Biggest Comeback in Super Bowl History
Here are the highlights of the historical Falcons and Patriots Super Bowl LI game. Heading into the fourth quarter of Super Bowl LI, the Atlanta Falcons were just 15 minutes away from pulling off one of the most improbable Super Bowl wins in recent memory. But by the end of the fourth quarter, the Falcons ended up being just minutes away from the biggest collapse in Super Bowl history.
Trailing 28-9 at the start of the fourth quarter, the New England Patriots scored 19 unanswered points in the final period of Super Bowl LI, sending the game into the first-ever overtime period in Super Bowl history. The Patriots won the coin toss in overtime, elected to receive the football, and ended the game eight plays later with a two-yard touchdown run by James White, sealing their Super Bowl LI win.

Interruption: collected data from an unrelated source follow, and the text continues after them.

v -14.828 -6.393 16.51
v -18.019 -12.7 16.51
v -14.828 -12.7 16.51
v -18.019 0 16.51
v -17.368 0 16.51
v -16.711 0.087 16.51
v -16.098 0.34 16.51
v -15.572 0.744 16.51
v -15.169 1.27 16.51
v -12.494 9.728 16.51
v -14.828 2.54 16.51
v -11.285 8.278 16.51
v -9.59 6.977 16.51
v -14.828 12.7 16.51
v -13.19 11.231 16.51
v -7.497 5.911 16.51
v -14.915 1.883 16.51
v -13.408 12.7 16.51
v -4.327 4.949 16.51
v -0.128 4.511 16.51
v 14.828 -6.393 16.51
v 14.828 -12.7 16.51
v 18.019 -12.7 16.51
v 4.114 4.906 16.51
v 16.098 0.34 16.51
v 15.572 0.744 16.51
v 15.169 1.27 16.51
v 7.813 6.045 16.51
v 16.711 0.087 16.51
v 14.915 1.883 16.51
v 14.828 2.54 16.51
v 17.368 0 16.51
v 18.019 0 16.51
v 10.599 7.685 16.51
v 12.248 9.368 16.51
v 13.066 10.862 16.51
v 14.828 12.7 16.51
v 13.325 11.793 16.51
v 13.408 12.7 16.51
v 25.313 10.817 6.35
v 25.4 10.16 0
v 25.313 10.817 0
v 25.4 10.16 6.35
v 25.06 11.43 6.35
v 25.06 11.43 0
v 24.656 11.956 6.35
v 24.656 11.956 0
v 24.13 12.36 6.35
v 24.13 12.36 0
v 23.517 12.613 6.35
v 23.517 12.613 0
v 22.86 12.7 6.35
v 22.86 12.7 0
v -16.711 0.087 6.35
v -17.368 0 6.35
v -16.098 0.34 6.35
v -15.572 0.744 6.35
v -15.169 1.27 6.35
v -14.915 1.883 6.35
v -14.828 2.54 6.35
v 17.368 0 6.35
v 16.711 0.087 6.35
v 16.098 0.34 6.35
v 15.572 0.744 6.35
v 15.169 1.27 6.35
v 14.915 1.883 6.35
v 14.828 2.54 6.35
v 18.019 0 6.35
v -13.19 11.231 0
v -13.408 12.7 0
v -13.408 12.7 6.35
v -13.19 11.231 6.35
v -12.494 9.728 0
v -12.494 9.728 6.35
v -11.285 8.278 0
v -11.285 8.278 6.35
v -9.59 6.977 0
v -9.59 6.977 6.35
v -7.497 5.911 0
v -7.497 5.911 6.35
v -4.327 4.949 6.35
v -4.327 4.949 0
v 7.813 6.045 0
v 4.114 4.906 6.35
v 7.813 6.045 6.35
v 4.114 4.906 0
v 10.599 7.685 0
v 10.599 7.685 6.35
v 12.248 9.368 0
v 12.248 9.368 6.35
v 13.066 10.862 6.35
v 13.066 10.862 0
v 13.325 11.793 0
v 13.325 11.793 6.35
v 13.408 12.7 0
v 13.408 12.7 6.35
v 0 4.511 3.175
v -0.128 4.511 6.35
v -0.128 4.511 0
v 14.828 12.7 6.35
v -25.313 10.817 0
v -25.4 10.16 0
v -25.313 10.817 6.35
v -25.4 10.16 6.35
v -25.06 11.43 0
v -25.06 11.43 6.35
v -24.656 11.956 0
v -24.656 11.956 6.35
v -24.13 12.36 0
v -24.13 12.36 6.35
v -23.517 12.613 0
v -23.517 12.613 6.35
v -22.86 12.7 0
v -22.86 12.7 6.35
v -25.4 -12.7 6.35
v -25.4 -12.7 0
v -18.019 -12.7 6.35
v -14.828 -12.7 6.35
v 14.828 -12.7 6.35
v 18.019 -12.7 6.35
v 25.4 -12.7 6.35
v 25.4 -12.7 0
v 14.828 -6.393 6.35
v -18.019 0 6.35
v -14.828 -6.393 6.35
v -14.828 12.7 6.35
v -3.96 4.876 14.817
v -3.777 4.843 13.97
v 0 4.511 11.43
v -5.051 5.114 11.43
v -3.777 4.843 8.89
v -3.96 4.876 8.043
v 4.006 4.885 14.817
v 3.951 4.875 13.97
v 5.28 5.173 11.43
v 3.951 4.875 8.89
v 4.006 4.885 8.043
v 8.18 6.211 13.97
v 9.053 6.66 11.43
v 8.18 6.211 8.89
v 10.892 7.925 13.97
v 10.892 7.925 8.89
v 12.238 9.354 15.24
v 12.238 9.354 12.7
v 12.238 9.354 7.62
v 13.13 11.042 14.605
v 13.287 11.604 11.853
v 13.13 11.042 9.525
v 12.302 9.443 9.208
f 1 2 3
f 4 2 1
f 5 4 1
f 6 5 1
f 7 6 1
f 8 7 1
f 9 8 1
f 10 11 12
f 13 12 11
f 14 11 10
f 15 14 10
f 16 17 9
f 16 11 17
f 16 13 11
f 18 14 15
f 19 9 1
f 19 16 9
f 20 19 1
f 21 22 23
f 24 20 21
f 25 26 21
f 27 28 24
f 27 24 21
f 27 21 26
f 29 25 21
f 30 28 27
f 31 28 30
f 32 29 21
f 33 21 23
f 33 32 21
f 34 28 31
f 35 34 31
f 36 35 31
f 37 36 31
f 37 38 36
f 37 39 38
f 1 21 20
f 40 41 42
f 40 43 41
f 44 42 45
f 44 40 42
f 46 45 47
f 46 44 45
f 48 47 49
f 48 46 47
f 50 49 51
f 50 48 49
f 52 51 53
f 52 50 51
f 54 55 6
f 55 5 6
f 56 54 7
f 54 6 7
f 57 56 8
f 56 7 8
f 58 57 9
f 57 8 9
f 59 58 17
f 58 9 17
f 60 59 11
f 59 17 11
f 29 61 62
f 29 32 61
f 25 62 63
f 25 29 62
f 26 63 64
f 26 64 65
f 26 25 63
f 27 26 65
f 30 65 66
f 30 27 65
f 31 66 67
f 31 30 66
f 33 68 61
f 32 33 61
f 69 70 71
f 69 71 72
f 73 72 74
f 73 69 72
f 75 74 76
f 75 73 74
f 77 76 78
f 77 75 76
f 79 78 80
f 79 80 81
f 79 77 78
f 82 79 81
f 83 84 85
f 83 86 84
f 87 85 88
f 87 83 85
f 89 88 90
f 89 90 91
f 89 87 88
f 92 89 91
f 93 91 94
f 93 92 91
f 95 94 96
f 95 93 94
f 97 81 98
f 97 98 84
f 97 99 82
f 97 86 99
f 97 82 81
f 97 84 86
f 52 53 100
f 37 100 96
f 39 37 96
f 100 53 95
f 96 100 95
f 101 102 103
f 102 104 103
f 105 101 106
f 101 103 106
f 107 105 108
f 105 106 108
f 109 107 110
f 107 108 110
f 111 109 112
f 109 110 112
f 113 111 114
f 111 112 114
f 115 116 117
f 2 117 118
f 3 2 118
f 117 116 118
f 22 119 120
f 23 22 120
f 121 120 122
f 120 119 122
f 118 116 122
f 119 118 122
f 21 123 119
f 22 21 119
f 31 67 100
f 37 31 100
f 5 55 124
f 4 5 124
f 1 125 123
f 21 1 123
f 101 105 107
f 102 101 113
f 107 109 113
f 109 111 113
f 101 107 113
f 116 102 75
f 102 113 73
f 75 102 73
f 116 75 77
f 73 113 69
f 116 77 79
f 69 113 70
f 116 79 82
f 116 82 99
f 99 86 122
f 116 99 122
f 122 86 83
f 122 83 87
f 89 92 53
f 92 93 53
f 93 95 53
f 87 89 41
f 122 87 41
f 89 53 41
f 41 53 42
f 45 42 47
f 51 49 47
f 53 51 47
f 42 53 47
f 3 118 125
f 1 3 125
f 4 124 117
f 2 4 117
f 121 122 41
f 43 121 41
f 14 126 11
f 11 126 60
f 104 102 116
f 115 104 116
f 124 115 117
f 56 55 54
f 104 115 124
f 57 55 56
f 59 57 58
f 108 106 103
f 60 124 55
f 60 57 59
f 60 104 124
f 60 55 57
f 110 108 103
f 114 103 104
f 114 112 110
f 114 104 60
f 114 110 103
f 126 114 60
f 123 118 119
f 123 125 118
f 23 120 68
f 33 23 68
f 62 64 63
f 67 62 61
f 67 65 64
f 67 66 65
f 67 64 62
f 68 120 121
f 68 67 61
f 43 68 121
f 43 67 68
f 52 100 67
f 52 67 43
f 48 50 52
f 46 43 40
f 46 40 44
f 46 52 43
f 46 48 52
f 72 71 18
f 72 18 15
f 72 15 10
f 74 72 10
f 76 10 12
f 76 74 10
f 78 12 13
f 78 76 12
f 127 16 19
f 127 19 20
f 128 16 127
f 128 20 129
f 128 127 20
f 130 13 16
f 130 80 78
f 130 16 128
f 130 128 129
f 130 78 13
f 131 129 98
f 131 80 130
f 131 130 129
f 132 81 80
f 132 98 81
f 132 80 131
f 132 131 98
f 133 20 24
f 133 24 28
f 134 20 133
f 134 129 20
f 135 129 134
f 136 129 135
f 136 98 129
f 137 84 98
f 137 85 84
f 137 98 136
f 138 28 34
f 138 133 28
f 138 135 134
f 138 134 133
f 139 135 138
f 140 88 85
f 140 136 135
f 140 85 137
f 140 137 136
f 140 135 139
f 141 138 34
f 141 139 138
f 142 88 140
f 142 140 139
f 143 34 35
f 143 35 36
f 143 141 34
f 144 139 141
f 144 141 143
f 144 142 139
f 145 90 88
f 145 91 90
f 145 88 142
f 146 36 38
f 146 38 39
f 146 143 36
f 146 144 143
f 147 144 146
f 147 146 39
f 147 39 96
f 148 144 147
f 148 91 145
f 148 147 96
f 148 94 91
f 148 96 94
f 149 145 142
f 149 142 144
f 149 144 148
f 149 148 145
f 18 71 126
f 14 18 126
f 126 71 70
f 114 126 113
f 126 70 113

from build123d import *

# Parameters (mm, degrees)
F1_DEPTH = 6.35
F3_DEPTH = 10.16
F4_R     = 2.54


with BuildPart() as f1:
    # F0 (on Top) → F1 (new body)
    with BuildSketch(Plane.XY):
        with BuildLine():
            Line((25.4, -12.7), (25.4, 12.7))
            Line((25.4, 12.7), (13.4078692645, 12.7))
            add(Edge.make_bspline(
                [(-13.4078692645, 12.7), (-13.4078692645, 4.5109884671), (0, 4.5109884671), (13.4078692645, 4.5109884671), (13.4078692645, 12.7)],
                knots=[3.1415926536, 3.1415926536, 3.1415926536, 4.7123889804, 4.7123889804, 6.2831853072, 6.2831853072, 6.2831853072], degree=2, weights=[1, 0.7071067812, 1, 0.7071067812, 1]))
            Line((-13.4078692645, 12.7), (-25.4, 12.7))
            Line((-25.4, 12.7), (-25.4, -12.7))
            Line((-25.4, -12.7), (25.4, -12.7))
        make_face()
    extrude(amount=F1_DEPTH)

    # F2 (on face) → F3 (join)
    with BuildSketch(Plane.XY.offset(6.35)):
        with BuildLine():
            Line((-18.0192738771, -6.3928803429), (-18.0192738771, -12.7))
            Line((-18.0192738771, -12.7), (-14.8282703012, -12.7))
            Line((-14.8282703012, -12.7), (-14.8282703012, -6.3928803429))
            Line((-14.8282703012, -6.3928803429), (0, -6.3928803429))
            Line((0, -6.3928803429), (14.8282703012, -6.3928803429))
            Line((14.8282703012, -6.3928803429), (14.8282703012, -12.7))
            Line((14.8282703012, -12.7), (18.0192738771, -12.7))
            Line((18.0192738771, -12.7), (18.0192738771, -6.3928803429))
            Line((18.0192738771, -6.3928803429), (18.0192738771, 0))
            Line((18.0192738771, 0), (14.8282703012, 0))
            Line((14.8282703012, 0), (14.8282703012, 12.7))
            Line((14.8282703012, 12.7), (13.4078692645, 12.7))
            add(Edge.make_bspline(
                [(-13.4078692645, 12.7), (-13.4078692645, 4.5109884671), (0, 4.5109884671), (13.4078692645, 4.5109884671), (13.4078692645, 12.7)],
                knots=[3.1415926536, 3.1415926536, 3.1415926536, 4.7123889804, 4.7123889804, 6.2831853072, 6.2831853072, 6.2831853072], degree=2, weights=[1, 0.7071067812, 1, 0.7071067812, 1]))
            Line((-13.4078692645, 12.7), (-14.8282703012, 12.7))
            Line((-14.8282703012, 12.7), (-14.8282703012, 0))
            Line((-14.8282703012, 0), (-18.0192738771, 0))
            Line((-18.0192738771, 0), (-18.0192738771, -6.3928803429))
        make_face()
    extrude(amount=F3_DEPTH)

    # F4
    f4_edges = [f1.edges().sort_by_distance(p)[0] for p in [
        (14.82827, 0, 11.43),
        (-14.82827, 0, 11.43),
        (25.4, 12.7, 3.175),
        (-25.4, 12.7, 3.175),
    ]]
    fillet(f4_edges, radius=F4_R)


solid = f1.part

With 6:04 remaining in the third quarter, the Patriots actually trailed the Falcons by a 28-3 score. The 25-point comeback by New England is easily the largest deficit that a team has overcome to win a Super Bowl in league history.
Patriots quarterback Tom Brady finished the game completing 43 of 62 passing attempts for 466 yards, two touchdowns, and an interception on Sunday, earning him the game’s Most Valuable Player (MVP) award. That was Brady’s fourth MVP selection, surpassing the great Joe Montana for the most Super Bowl MVP awards by any player in NFL history. Brady’s total attempts, completions, and passing yards all set new Super Bowl records.
First Half Falcons Led 21-3
After a scoreless first quarter, the proverbial floodgates seemed to burst open in Atlanta’s favor. The Falcons scored touchdowns on their first two drives of the quarter, going 133 total yards in only ten plays. Running back Devonta Freeman broke the scoring open with a five yard touchdown run, and then quarterback Matt Ryan threw a 19-yard touchdown pass to rookie tight end Austin Hooper on the second drive. Then, down 14-0, Brady threw an interception on the Patriots ensuing drive which was returned 82 yards for a touchdown by Falcons cornerback Robert Alford, giving Atlanta a seemingly commanding 21-0 lead with only 2:21 left in the first half. Despite possessing the ball for only 10 minutes and 25 seconds in the first half, the Falcons went into halftime with a 21-3 lead.
Second Half Patriot’s 25 Point Comeback
After both teams traded three-and-outs to start the second half, Atlanta extended their lead to 28-3 after Matt Ryan threw a six-yard touchdown pass to running back Tevin Coleman. But from that point forward, New England scored points on five of their next six drives; the only drive they didn’t score points on was when they knelt on the ball with only three second left in regulation, to send the game to overtime.
The Patriots finished drive spanning 75 yards on 13 plays with a five yard touchdown pass from Brady to White. That cut the lead to 28-9, after kicker Stephen Gostkowski missed the extra point.
On the Patriots next drive, Gostkowski hit a 33-yard field goal, cutting the lead to 28-12. When the Falcons got the ball back, one of the key plays that changed the entire game took place. Patriot’s linebacker, Donta Hightowe, sacked Ryan and stripped him of the football, which New England defensive lineman, Alan Branch, recovered at the Falcons 25-yard line.
Five plays later, Brady threw a touchdown pass to wide receiver Danny Amendola, and White ran in the two-point conversion, making the score 28-20. The Falcons actually responded with a drive that seemingly would’ve put the game away. They got deep into New England territory — as far as Patriots’ 22-yard line — but were then pushed back 23 yards, and out of field goal range, thanks to a sack and a holding penalty. That forced them to punt the football to New England, giving the Patriots the football back with 3:30 left in the game.
Even after getting the ball back on their own nine-yard line, the Patriots methodically went the distance of the field on only 10 plays. White ran in the touchdown to end the drive from one yard out, and then Brady completed the two-point conversion via a pass to Amendola, to tie the game at 28.
New England won the coin toss in overtime, and elected to receive the football. Once they got the ball, it was basically time to warm up the proverbial fat lady for Atlanta.
Regardless of all the recent controversies surrounding Brady, head coach Bill Belichick, and the New England Patriots organization as a whole, it appears that the legacy of all three is now cemented. Brady should go down as the greatest quarterback of all time. Belichick should go down as the most successful head coach of all time. This Patriots dynasty, spanning from 2001 ’til today, should go down as the greatest NFL dynasty of all time.